Tragedy at Henry Hagg Lake: An Unusual Multiple Drowning Case

     On Monday August 25, 2014, 42-year-old Jova Ixtacua, her daughter Gabriela, 25, Jova's son Michael, 15, and Gabriela's 3-year-old son Jeremy Scholl, had gathered at Henry Hagg Lake for a picnic and some swimming. The reservoir was a popular recreational park 25 miles west of Portland, Oregon. The family had traveled to the lake from their home in nearby Hillsboro.

     At six-thirty that Monday evening, a passerby came upon the body of an unconscious or dead child lying on the beach at the water's edge. Emergency personnel tried in vain to revive 3-year-old Jeremy Scholl. The boy was not wearing a lifejacket. On the beach not far from his body lay a towel, a cooler, a purse, four pairs of shoes, and a small dog secured on a leash. Members of the boy's family, people associated with the items on the beach, were nowhere to be found.

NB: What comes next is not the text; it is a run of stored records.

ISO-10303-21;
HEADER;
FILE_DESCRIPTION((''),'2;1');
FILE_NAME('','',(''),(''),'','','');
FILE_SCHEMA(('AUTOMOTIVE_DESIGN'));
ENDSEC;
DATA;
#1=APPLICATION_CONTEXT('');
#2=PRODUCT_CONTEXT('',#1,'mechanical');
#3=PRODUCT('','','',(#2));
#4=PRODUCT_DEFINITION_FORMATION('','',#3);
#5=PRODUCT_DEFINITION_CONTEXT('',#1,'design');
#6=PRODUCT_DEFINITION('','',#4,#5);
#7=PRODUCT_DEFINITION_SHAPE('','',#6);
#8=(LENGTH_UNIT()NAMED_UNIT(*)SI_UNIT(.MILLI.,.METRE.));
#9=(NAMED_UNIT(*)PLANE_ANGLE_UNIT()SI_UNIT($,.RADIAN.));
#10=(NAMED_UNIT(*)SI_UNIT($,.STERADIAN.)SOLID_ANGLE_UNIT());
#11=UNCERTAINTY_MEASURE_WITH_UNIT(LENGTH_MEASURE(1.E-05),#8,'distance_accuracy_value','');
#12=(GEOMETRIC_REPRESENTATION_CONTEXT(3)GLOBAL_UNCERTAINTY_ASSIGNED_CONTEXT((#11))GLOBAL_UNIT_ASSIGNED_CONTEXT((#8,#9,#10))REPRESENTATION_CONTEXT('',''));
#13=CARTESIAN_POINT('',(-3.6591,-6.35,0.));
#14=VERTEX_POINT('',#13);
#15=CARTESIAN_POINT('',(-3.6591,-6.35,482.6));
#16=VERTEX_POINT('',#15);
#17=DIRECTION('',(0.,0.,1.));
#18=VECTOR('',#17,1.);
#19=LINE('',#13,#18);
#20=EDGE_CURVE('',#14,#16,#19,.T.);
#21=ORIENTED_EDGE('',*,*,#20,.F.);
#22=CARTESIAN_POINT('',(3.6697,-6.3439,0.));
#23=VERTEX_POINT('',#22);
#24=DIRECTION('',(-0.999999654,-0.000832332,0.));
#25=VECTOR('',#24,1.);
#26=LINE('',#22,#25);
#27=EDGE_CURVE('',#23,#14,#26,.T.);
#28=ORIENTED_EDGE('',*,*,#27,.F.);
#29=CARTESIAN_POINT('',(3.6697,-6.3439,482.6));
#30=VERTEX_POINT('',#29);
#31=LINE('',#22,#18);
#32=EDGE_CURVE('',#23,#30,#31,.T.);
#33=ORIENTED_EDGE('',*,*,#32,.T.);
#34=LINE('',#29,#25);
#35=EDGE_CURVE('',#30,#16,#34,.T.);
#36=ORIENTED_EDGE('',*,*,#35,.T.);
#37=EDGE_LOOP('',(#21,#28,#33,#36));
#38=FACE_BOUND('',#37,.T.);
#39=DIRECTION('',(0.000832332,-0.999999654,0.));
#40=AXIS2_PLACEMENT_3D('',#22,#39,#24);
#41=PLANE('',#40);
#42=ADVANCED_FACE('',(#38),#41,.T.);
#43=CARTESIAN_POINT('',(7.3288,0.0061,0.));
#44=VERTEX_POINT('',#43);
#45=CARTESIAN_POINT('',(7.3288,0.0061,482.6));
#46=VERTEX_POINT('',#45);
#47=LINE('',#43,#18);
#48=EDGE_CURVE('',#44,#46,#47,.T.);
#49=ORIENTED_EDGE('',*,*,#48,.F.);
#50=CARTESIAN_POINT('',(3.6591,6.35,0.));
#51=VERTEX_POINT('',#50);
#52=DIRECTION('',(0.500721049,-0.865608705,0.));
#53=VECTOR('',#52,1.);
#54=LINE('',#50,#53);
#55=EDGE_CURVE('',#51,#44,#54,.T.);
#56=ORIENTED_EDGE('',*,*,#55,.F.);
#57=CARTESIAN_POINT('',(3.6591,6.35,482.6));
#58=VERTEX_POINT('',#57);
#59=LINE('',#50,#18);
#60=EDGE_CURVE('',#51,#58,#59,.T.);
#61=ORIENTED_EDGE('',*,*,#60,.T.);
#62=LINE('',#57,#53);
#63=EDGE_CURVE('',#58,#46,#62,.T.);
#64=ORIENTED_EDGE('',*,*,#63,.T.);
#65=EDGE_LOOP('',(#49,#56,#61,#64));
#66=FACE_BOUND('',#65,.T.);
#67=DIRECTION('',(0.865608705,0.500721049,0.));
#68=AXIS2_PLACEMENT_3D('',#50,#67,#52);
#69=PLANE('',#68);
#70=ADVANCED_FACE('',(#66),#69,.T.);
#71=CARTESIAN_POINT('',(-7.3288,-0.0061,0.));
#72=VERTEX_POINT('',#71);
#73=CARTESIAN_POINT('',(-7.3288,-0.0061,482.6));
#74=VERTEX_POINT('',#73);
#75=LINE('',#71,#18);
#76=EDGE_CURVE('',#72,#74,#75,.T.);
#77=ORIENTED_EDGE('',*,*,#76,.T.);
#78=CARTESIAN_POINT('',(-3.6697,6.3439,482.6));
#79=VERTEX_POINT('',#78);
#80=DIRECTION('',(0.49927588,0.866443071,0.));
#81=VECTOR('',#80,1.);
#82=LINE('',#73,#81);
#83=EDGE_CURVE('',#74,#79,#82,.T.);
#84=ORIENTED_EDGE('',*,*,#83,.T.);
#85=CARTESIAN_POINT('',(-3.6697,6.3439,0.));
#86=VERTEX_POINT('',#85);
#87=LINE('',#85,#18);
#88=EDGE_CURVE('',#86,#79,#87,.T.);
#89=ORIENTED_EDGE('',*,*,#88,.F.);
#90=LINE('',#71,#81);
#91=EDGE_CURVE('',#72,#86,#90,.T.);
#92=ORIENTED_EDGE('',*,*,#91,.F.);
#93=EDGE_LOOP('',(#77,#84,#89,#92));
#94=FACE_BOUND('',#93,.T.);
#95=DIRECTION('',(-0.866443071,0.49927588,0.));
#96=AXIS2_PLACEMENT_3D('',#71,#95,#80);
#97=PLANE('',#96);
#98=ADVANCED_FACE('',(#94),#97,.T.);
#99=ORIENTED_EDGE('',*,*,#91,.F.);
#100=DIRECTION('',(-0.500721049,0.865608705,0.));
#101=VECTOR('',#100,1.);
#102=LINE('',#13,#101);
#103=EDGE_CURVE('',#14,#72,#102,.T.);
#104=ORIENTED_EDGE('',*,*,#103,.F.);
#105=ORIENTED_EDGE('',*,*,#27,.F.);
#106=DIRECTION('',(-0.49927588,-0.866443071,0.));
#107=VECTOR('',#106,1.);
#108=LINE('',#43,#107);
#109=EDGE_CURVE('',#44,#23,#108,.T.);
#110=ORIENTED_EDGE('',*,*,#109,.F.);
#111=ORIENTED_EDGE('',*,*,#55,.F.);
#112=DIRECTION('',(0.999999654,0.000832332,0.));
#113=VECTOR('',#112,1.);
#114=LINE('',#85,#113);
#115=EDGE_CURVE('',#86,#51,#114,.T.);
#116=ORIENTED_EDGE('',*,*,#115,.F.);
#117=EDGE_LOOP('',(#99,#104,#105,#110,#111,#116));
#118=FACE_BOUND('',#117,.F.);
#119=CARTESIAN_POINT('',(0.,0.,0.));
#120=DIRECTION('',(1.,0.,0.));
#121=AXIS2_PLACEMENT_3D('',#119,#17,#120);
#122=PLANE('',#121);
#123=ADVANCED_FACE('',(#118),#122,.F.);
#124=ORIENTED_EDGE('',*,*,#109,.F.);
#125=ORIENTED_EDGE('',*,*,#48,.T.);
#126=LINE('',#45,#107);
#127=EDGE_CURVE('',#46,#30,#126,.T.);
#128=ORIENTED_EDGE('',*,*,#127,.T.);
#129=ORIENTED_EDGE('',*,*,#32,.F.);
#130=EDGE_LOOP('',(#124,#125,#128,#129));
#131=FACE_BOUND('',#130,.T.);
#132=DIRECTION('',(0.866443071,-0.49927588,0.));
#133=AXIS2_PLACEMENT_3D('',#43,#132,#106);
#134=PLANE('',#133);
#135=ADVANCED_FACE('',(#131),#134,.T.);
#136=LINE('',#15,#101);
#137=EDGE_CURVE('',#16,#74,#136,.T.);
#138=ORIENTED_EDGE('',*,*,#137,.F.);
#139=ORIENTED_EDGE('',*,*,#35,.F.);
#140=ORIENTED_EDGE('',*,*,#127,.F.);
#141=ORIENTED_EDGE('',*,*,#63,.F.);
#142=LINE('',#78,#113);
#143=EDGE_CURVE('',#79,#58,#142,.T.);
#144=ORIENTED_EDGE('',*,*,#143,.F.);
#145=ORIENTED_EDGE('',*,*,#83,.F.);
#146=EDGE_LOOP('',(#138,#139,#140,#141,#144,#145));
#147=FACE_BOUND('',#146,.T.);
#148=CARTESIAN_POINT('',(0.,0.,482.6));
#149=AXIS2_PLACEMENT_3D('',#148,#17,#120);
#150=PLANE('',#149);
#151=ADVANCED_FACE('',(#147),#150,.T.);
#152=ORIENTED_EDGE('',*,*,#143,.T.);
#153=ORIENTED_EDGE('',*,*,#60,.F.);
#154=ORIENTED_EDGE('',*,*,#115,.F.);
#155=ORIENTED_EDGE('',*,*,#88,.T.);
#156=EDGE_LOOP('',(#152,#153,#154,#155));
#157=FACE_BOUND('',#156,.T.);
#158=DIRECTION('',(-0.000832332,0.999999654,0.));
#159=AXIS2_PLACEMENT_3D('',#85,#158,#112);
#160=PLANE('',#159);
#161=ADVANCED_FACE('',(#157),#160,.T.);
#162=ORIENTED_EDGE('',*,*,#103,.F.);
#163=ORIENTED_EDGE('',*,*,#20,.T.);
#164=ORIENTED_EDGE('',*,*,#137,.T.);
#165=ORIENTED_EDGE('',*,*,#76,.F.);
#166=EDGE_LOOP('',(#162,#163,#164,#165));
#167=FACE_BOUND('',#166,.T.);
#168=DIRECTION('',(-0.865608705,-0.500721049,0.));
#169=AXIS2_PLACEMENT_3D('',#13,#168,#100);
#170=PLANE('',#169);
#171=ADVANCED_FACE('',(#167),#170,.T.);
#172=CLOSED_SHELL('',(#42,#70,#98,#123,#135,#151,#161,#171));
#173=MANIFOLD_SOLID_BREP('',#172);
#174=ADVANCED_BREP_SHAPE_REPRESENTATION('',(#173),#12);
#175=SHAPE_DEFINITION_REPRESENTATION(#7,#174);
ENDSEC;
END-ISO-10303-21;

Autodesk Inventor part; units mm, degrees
ref_plane "YZ Plane" through (0, 0, 0) normal (1, 0, 0) x (0, 1, 0)
ref_plane "XZ Plane" through (0, 0, 0) normal (0, 1, 0) x (-1, 0, 0)
ref_plane "XY Plane" through (0, 0, 0) normal (0, 0, 1) x (1, 0, 0)
sketch "Sketch1" plane through (0, 0, 0) normal (0, 0, 1) x (1, 0, 0)
  line L0 (0, 0) -> (0, 6.35) construction
  line L1 (3.6591, 6.35) -> (7.3288, 0.0061)
  line L2 (7.3288, 0.0061) -> (3.6697, -6.3439)
  line L3 (3.6697, -6.3439) -> (-3.6591, -6.35)
  line L4 (-3.6591, -6.35) -> (-7.3288, -0.0061)
  line L5 (-7.3288, -0.0061) -> (-3.6697, 6.3439)
  line L6 (-3.6697, 6.3439) -> (3.6591, 6.35)
  dimension "d0" = 6.35
extrude "Extrusion1" add sketch "Sketch1" along normal blind 482.6
properties part number "Hex Shaft ARm"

     An hour after the discovery of Jeremy Scholl's body, police officers and others began searching the two square miles of Henry Hagg Lake. The next day, at ten-thirty at night, searchers found three bodies floating in eight feet of water 40 feet from the shore about 50 yards from where the 3-year-old's body had washed up. The two women and the teenage boy were identified as Jeremy's grandmother, mother, and uncle.

     Sergeant Bob Ray of the Washington County Sheriff's Office told reporters that, "We are considering the deaths a tragic accident." Investigators believed the 3-year-old had fallen over a steep drop-off into the lake near the spot where the four sets of shoes and other items had been found. According to this theory, the boy's mother, grandmother and uncle had jumped into the water to save him and drowned themselves.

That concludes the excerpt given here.